> [Recorded data]:
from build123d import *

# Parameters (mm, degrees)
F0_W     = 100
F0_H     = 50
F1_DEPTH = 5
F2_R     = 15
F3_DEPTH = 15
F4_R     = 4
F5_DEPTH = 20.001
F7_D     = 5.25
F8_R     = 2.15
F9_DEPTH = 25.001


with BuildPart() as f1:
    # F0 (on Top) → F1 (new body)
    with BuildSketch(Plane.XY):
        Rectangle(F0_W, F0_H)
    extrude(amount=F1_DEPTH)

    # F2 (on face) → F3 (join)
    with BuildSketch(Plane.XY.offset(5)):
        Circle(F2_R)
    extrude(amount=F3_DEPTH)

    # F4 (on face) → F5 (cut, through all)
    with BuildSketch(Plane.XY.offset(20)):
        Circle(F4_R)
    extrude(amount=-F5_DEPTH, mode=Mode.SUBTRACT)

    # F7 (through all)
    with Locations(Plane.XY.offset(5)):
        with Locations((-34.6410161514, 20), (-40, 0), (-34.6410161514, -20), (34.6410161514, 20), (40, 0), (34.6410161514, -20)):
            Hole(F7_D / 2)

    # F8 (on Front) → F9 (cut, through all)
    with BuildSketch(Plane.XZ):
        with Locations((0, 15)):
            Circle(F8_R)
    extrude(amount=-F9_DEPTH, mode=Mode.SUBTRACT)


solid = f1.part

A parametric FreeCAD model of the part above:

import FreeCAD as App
import Part
import Sketcher


def add_polygon(sketch, points):
    """Adds a closed chain of lines whose ends are joined by coincident constraints."""
    first, n = sketch.GeometryCount, len(points)
    for a, b in zip(points, points[1:] + points[:1]):
        sketch.addGeometry(Part.LineSegment(App.Vector(*a, 0), App.Vector(*b, 0)), False)
    for i in range(n):
        sketch.addConstraint(Sketcher.Constraint("Coincident", first + i, 2, first + (i + 1) % n, 1))

doc = App.newDocument("Part")
body = doc.addObject("PartDesign::Body", "Body")

sketch1 = body.newObject("Sketcher::SketchObject", "Sketch")
sketch1.AttachmentSupport = (doc.getObject("XY_Plane"), [""])
sketch1.MapMode = "FlatFace"
add_polygon(sketch1, [(-50, 25), (-50, -25), (50, -25), (50, 25)])
sketch1.addConstraint([
    Sketcher.Constraint("Vertical", 0),
    Sketcher.Constraint("Horizontal", 1),
    Sketcher.Constraint("Vertical", 2),
    Sketcher.Constraint("Horizontal", 3),
    Sketcher.Constraint("Symmetric", 0, 2, 2, 2, -1, 1),
    Sketcher.Constraint("DistanceX", 1, 1, 1, 2, 100.0),
    Sketcher.Constraint("DistanceY", 0, 2, 0, 1, 50.0),
])
pad1 = body.newObject("PartDesign::Pad", "Pad")
pad1.Profile = sketch1
pad1.Length = 5

sketch2 = body.newObject("Sketcher::SketchObject", "Sketch001")
sketch2.AttachmentSupport = (doc.getObject("XY_Plane"), [""])
sketch2.MapMode = "FlatFace"
sketch2.AttachmentOffset = App.Placement(App.Vector(0, 0, 5), App.Rotation())
sketch2.addGeometry(Part.Circle(App.Vector(0, 0, 0), App.Vector(0, 0, 1), 15), False)
sketch2.addConstraint([
    Sketcher.Constraint("Coincident", 0, 3, -1, 1),
    Sketcher.Constraint("Diameter", 0, 30.0),
])
pad2 = body.newObject("PartDesign::Pad", "Pad001")
pad2.Profile = sketch2
pad2.Length = 15

sketch3 = body.newObject("Sketcher::SketchObject", "Sketch002")
sketch3.AttachmentSupport = (doc.getObject("XY_Plane"), [""])
sketch3.MapMode = "FlatFace"
sketch3.AttachmentOffset = App.Placement(App.Vector(0, 0, 20), App.Rotation())
sketch3.addGeometry(Part.Circle(App.Vector(0, 0, 0), App.Vector(0, 0, 1), 4), False)
sketch3.addConstraint([
    Sketcher.Constraint("Coincident", 0, 3, -1, 1),
    Sketcher.Constraint("Diameter", 0, 8.0),
])
pocket1 = body.newObject("PartDesign::Pocket", "Pocket")
pocket1.Profile = sketch3
pocket1.Type = "ThroughAll"

sketch4 = body.newObject("Sketcher::SketchObject", "Sketch003")
sketch4.AttachmentSupport = (doc.getObject("XY_Plane"), [""])
sketch4.MapMode = "FlatFace"
sketch4.AttachmentOffset = App.Placement(App.Vector(0, 0, 5), App.Rotation())
sketch4.addGeometry([
    Part.Circle(App.Vector(-34.641016, 20, 0), App.Vector(0, 0, 1), 2.625),
    Part.Circle(App.Vector(-40, 0, 0), App.Vector(0, 0, 1), 2.625),
    Part.Circle(App.Vector(-34.641016, -20, 0), App.Vector(0, 0, 1), 2.625),
    Part.Circle(App.Vector(34.641016, 20, 0), App.Vector(0, 0, 1), 2.625),
    Part.Circle(App.Vector(40, 0, 0), App.Vector(0, 0, 1), 2.625),
    Part.Circle(App.Vector(34.641016, -20, 0), App.Vector(0, 0, 1), 2.625),
], False)
sketch4.addConstraint([
    Sketcher.Constraint("Equal", 0, 1),
    Sketcher.Constraint("Equal", 1, 2),
    Sketcher.Constraint("Equal", 2, 3),
    Sketcher.Constraint("Equal", 3, 4),
    Sketcher.Constraint("Equal", 4, 5),
    Sketcher.Constraint("Symmetric", 2, 3, 3, 3, -1, 1),
    Sketcher.Constraint("Symmetric", 1, 3, 4, 3, -1, 1),
    Sketcher.Constraint("Symmetric", 0, 3, 5, 3, -1, 1),
    Sketcher.Constraint("Symmetric", 0, 3, 3, 3, -2),
    Sketcher.Constraint("PointOnObject", 1, 3, -1),
    Sketcher.Constraint("Diameter", 0, 5.25),
    Sketcher.Constraint("DistanceY", -1, 1, 0, 3, 20.0),
    Sketcher.Constraint("DistanceX", 1, 3, -1, 1, 40.0),
    Sketcher.Constraint("DistanceX", 0, 3, -1, 1, 34.641016),
])
doc.recompute()
hole = body.newObject("PartDesign::Hole", "Hole")
hole.Profile = sketch4
hole.ThreadType = "None"
hole.Diameter = 5.25
hole.DepthType = "ThroughAll"

sketch5 = body.newObject("Sketcher::SketchObject", "Sketch004")
sketch5.AttachmentSupport = (doc.getObject("XZ_Plane"), [""])
sketch5.MapMode = "FlatFace"
sketch5.addGeometry(Part.Circle(App.Vector(0, 15, 0), App.Vector(0, 0, 1), 2.15), False)
sketch5.addConstraint([
    Sketcher.Constraint("PointOnObject", 0, 3, -2),
    Sketcher.Constraint("Diameter", 0, 4.3),
    Sketcher.Constraint("DistanceY", -1, 1, 0, 3, 15.0),
])
pocket2 = body.newObject("PartDesign::Pocket", "Pocket001")
pocket2.Profile = sketch5
pocket2.Type = "ThroughAll"

doc.recompute()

> [Your objective]:
Extract the lines above, from the first one through the one containing "Hole(F7_D / 2)", and return only those, unchanged.

> [Your solution]:
from build123d import *

# Parameters (mm, degrees)
F0_W     = 100
F0_H     = 50
F1_DEPTH = 5
F2_R     = 15
F3_DEPTH = 15
F4_R     = 4
F5_DEPTH = 20.001
F7_D     = 5.25
F8_R     = 2.15
F9_DEPTH = 25.001


with BuildPart() as f1:
    # F0 (on Top) → F1 (new body)
    with BuildSketch(Plane.XY):
        Rectangle(F0_W, F0_H)
    extrude(amount=F1_DEPTH)

    # F2 (on face) → F3 (join)
    with BuildSketch(Plane.XY.offset(5)):
        Circle(F2_R)
    extrude(amount=F3_DEPTH)

    # F4 (on face) → F5 (cut, through all)
    with BuildSketch(Plane.XY.offset(20)):
        Circle(F4_R)
    extrude(amount=-F5_DEPTH, mode=Mode.SUBTRACT)

    # F7 (through all)
    with Locations(Plane.XY.offset(5)):
        with Locations((-34.6410161514, 20), (-40, 0), (-34.6410161514, -20), (34.6410161514, 20), (40, 0), (34.6410161514, -20)):
            Hole(F7_D / 2)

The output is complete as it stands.